Supplied data: Begin

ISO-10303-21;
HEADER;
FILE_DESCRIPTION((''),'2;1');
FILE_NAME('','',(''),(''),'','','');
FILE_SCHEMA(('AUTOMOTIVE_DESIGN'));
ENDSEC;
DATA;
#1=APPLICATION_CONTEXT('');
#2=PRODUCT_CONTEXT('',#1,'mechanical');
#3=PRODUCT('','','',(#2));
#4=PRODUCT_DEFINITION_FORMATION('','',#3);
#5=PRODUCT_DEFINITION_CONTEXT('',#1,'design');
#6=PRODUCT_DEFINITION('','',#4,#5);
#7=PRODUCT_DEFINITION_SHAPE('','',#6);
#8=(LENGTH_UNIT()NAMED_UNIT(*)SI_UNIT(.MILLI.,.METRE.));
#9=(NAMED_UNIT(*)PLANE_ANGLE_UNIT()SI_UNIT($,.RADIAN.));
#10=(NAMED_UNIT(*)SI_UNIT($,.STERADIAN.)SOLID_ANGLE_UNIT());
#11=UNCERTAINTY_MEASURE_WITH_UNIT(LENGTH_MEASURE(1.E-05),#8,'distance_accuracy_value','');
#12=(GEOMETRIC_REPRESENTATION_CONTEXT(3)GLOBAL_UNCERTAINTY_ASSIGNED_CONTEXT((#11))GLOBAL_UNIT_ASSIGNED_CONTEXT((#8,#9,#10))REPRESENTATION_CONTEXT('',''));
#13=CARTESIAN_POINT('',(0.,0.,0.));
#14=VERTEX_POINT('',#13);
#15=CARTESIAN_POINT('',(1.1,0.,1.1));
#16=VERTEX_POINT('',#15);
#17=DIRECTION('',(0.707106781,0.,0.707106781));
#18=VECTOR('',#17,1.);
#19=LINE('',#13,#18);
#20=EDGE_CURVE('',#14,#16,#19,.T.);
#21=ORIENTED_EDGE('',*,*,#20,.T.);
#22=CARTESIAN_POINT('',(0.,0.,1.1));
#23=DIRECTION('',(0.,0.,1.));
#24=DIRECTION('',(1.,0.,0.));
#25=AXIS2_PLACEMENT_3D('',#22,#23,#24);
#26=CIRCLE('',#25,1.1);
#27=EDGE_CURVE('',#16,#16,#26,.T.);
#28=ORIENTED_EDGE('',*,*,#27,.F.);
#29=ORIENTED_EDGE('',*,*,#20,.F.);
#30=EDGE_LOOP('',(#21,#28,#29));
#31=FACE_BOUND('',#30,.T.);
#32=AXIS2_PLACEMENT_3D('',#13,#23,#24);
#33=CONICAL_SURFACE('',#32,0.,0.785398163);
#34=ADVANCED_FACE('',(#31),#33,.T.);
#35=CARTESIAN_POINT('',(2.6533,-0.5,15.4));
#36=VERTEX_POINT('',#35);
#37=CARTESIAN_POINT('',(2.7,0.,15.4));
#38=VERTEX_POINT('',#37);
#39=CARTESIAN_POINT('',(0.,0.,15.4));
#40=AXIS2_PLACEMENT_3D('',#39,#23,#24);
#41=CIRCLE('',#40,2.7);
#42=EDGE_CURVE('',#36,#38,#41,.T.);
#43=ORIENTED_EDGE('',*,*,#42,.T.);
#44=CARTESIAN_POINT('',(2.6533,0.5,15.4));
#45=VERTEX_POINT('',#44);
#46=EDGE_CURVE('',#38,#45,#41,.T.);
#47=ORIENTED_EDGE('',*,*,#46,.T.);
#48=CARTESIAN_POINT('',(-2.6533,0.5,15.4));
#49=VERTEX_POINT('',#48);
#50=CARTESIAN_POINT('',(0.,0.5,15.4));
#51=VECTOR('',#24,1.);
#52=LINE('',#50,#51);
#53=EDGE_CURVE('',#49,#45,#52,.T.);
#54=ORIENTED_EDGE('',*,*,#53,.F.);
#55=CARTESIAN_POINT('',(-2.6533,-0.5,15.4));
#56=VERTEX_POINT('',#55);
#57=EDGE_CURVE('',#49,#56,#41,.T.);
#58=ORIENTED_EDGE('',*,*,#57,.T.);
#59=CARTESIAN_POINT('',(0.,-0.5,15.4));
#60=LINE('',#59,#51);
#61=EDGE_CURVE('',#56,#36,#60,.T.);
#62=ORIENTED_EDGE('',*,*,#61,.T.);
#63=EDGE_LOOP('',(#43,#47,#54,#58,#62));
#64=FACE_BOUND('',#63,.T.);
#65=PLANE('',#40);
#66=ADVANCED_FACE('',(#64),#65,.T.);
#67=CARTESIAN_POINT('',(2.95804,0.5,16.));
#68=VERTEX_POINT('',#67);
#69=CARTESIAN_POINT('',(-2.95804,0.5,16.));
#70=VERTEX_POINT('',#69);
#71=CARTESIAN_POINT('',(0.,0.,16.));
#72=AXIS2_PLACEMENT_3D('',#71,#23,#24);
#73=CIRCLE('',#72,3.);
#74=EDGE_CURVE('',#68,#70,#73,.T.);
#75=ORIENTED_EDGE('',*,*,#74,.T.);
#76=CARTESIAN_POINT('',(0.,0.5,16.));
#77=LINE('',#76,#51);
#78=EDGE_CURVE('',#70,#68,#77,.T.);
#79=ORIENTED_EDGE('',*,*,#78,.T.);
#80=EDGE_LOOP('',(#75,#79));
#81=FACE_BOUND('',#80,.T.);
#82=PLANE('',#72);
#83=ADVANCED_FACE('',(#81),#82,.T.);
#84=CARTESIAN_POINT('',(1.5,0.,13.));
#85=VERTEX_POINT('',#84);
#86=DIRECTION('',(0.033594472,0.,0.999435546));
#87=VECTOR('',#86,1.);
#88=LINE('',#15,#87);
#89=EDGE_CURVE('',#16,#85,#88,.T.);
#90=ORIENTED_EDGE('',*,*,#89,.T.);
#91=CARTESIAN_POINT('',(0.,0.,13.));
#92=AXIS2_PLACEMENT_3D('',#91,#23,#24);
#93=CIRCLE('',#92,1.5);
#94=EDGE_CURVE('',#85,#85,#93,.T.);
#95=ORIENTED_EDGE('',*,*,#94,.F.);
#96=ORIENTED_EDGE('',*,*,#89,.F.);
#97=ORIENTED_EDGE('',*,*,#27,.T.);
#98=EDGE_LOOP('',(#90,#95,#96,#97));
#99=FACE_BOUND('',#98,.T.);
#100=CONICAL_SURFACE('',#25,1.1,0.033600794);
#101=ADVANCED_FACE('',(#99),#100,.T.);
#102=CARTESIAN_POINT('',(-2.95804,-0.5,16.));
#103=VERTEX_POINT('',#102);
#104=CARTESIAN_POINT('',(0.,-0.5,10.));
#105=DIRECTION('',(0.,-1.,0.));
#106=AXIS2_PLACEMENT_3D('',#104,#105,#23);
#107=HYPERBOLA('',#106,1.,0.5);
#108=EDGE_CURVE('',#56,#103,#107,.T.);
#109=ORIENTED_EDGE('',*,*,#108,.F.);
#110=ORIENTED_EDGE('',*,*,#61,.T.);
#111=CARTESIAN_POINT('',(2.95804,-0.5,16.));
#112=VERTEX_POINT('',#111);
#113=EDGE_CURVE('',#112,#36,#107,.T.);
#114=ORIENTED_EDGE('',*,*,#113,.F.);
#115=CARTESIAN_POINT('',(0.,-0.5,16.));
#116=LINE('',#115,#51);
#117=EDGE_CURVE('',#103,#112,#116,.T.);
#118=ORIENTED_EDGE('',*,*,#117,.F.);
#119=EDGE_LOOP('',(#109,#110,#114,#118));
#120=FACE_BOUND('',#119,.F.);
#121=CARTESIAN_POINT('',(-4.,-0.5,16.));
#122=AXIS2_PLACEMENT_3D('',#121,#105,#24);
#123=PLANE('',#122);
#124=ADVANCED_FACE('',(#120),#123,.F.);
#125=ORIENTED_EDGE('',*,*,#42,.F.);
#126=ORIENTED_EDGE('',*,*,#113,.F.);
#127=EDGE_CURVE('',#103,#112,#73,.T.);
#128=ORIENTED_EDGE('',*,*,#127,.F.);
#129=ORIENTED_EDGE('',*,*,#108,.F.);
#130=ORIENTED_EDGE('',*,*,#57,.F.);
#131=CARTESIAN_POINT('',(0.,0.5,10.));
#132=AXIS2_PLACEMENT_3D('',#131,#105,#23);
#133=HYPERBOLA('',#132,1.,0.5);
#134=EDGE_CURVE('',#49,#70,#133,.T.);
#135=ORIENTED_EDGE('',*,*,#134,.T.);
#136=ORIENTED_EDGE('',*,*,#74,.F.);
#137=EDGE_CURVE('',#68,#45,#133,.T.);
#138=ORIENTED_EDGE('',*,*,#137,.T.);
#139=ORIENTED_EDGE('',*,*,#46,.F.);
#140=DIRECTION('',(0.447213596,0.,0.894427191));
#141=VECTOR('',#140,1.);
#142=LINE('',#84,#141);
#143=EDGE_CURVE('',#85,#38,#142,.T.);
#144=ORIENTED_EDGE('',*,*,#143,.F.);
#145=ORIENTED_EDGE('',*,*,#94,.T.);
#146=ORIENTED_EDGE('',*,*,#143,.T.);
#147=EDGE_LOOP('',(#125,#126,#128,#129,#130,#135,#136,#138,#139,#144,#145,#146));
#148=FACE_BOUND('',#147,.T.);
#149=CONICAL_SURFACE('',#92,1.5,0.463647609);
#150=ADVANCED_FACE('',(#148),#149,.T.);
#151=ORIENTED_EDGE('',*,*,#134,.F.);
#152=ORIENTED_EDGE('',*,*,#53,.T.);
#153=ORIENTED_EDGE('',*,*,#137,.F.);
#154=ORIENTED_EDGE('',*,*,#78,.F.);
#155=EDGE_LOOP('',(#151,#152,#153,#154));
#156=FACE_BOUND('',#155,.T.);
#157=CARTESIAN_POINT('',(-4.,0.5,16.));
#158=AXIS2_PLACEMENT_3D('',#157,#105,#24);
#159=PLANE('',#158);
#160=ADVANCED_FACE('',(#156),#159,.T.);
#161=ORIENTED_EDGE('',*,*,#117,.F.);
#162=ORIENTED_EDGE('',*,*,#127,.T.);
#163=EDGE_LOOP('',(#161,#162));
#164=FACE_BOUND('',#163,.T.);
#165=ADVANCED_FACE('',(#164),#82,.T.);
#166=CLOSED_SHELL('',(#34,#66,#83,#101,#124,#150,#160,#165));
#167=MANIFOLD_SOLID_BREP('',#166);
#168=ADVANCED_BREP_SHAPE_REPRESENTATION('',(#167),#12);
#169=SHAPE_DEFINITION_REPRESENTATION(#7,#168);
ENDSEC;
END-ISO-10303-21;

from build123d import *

# Parameters (mm, degrees)
F3_W     = 8
F3_H     = 1
F4_DEPTH = 0.6


with BuildPart() as f1:
    # F0 (on Front) → F1 (revolve)
    with BuildSketch(Plane.XZ):
        Polygon((0, 16), (0, 0), (1.1, 1.1), (1.5, 13), (3, 16), align=None)
    revolve(axis=Axis((0, 0, 8), (0, 0, 1)))

    # F3 (on offset) → F4 (cut)
    with BuildSketch(Plane.XY.offset(16)):
        Rectangle(F3_W, F3_H)
    extrude(amount=-F4_DEPTH, mode=Mode.SUBTRACT)


solid = f1.part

Supplied data: End

**Aim of the exercise:**
Copy exactly the stretch of data above from the line with "#44=CARTESIAN_POINT('',(2.6533,0.5,15.4));" through the line with "#111=CARTESIAN_POINT('',(2.95804,-0.5,16.));", and omit all other lines.

**Answer to this problem:**
#44=CARTESIAN_POINT('',(2.6533,0.5,15.4));
#45=VERTEX_POINT('',#44);
#46=EDGE_CURVE('',#38,#45,#41,.T.);
#47=ORIENTED_EDGE('',*,*,#46,.T.);
#48=CARTESIAN_POINT('',(-2.6533,0.5,15.4));
#49=VERTEX_POINT('',#48);
#50=CARTESIAN_POINT('',(0.,0.5,15.4));
#51=VECTOR('',#24,1.);
#52=LINE('',#50,#51);
#53=EDGE_CURVE('',#49,#45,#52,.T.);
#54=ORIENTED_EDGE('',*,*,#53,.F.);
#55=CARTESIAN_POINT('',(-2.6533,-0.5,15.4));
#56=VERTEX_POINT('',#55);
#57=EDGE_CURVE('',#49,#56,#41,.T.);
#58=ORIENTED_EDGE('',*,*,#57,.T.);
#59=CARTESIAN_POINT('',(0.,-0.5,15.4));
#60=LINE('',#59,#51);
#61=EDGE_CURVE('',#56,#36,#60,.T.);
#62=ORIENTED_EDGE('',*,*,#61,.T.);
#63=EDGE_LOOP('',(#43,#47,#54,#58,#62));
#64=FACE_BOUND('',#63,.T.);
#65=PLANE('',#40);
#66=ADVANCED_FACE('',(#64),#65,.T.);
#67=CARTESIAN_POINT('',(2.95804,0.5,16.));
#68=VERTEX_POINT('',#67);
#69=CARTESIAN_POINT('',(-2.95804,0.5,16.));
#70=VERTEX_POINT('',#69);
#71=CARTESIAN_POINT('',(0.,0.,16.));
#72=AXIS2_PLACEMENT_3D('',#71,#23,#24);
#73=CIRCLE('',#72,3.);
#74=EDGE_CURVE('',#68,#70,#73,.T.);
#75=ORIENTED_EDGE('',*,*,#74,.T.);
#76=CARTESIAN_POINT('',(0.,0.5,16.));
#77=LINE('',#76,#51);
#78=EDGE_CURVE('',#70,#68,#77,.T.);
#79=ORIENTED_EDGE('',*,*,#78,.T.);
#80=EDGE_LOOP('',(#75,#79));
#81=FACE_BOUND('',#80,.T.);
#82=PLANE('',#72);
#83=ADVANCED_FACE('',(#81),#82,.T.);
#84=CARTESIAN_POINT('',(1.5,0.,13.));
#85=VERTEX_POINT('',#84);
#86=DIRECTION('',(0.033594472,0.,0.999435546));
#87=VECTOR('',#86,1.);
#88=LINE('',#15,#87);
#89=EDGE_CURVE('',#16,#85,#88,.T.);
#90=ORIENTED_EDGE('',*,*,#89,.T.);
#91=CARTESIAN_POINT('',(0.,0.,13.));
#92=AXIS2_PLACEMENT_3D('',#91,#23,#24);
#93=CIRCLE('',#92,1.5);
#94=EDGE_CURVE('',#85,#85,#93,.T.);
#95=ORIENTED_EDGE('',*,*,#94,.F.);
#96=ORIENTED_EDGE('',*,*,#89,.F.);
#97=ORIENTED_EDGE('',*,*,#27,.T.);
#98=EDGE_LOOP('',(#90,#95,#96,#97));
#99=FACE_BOUND('',#98,.T.);
#100=CONICAL_SURFACE('',#25,1.1,0.033600794);
#101=ADVANCED_FACE('',(#99),#100,.T.);
#102=CARTESIAN_POINT('',(-2.95804,-0.5,16.));
#103=VERTEX_POINT('',#102);
#104=CARTESIAN_POINT('',(0.,-0.5,10.));
#105=DIRECTION('',(0.,-1.,0.));
#106=AXIS2_PLACEMENT_3D('',#104,#105,#23);
#107=HYPERBOLA('',#106,1.,0.5);
#108=EDGE_CURVE('',#56,#103,#107,.T.);
#109=ORIENTED_EDGE('',*,*,#108,.F.);
#110=ORIENTED_EDGE('',*,*,#61,.T.);
#111=CARTESIAN_POINT('',(2.95804,-0.5,16.));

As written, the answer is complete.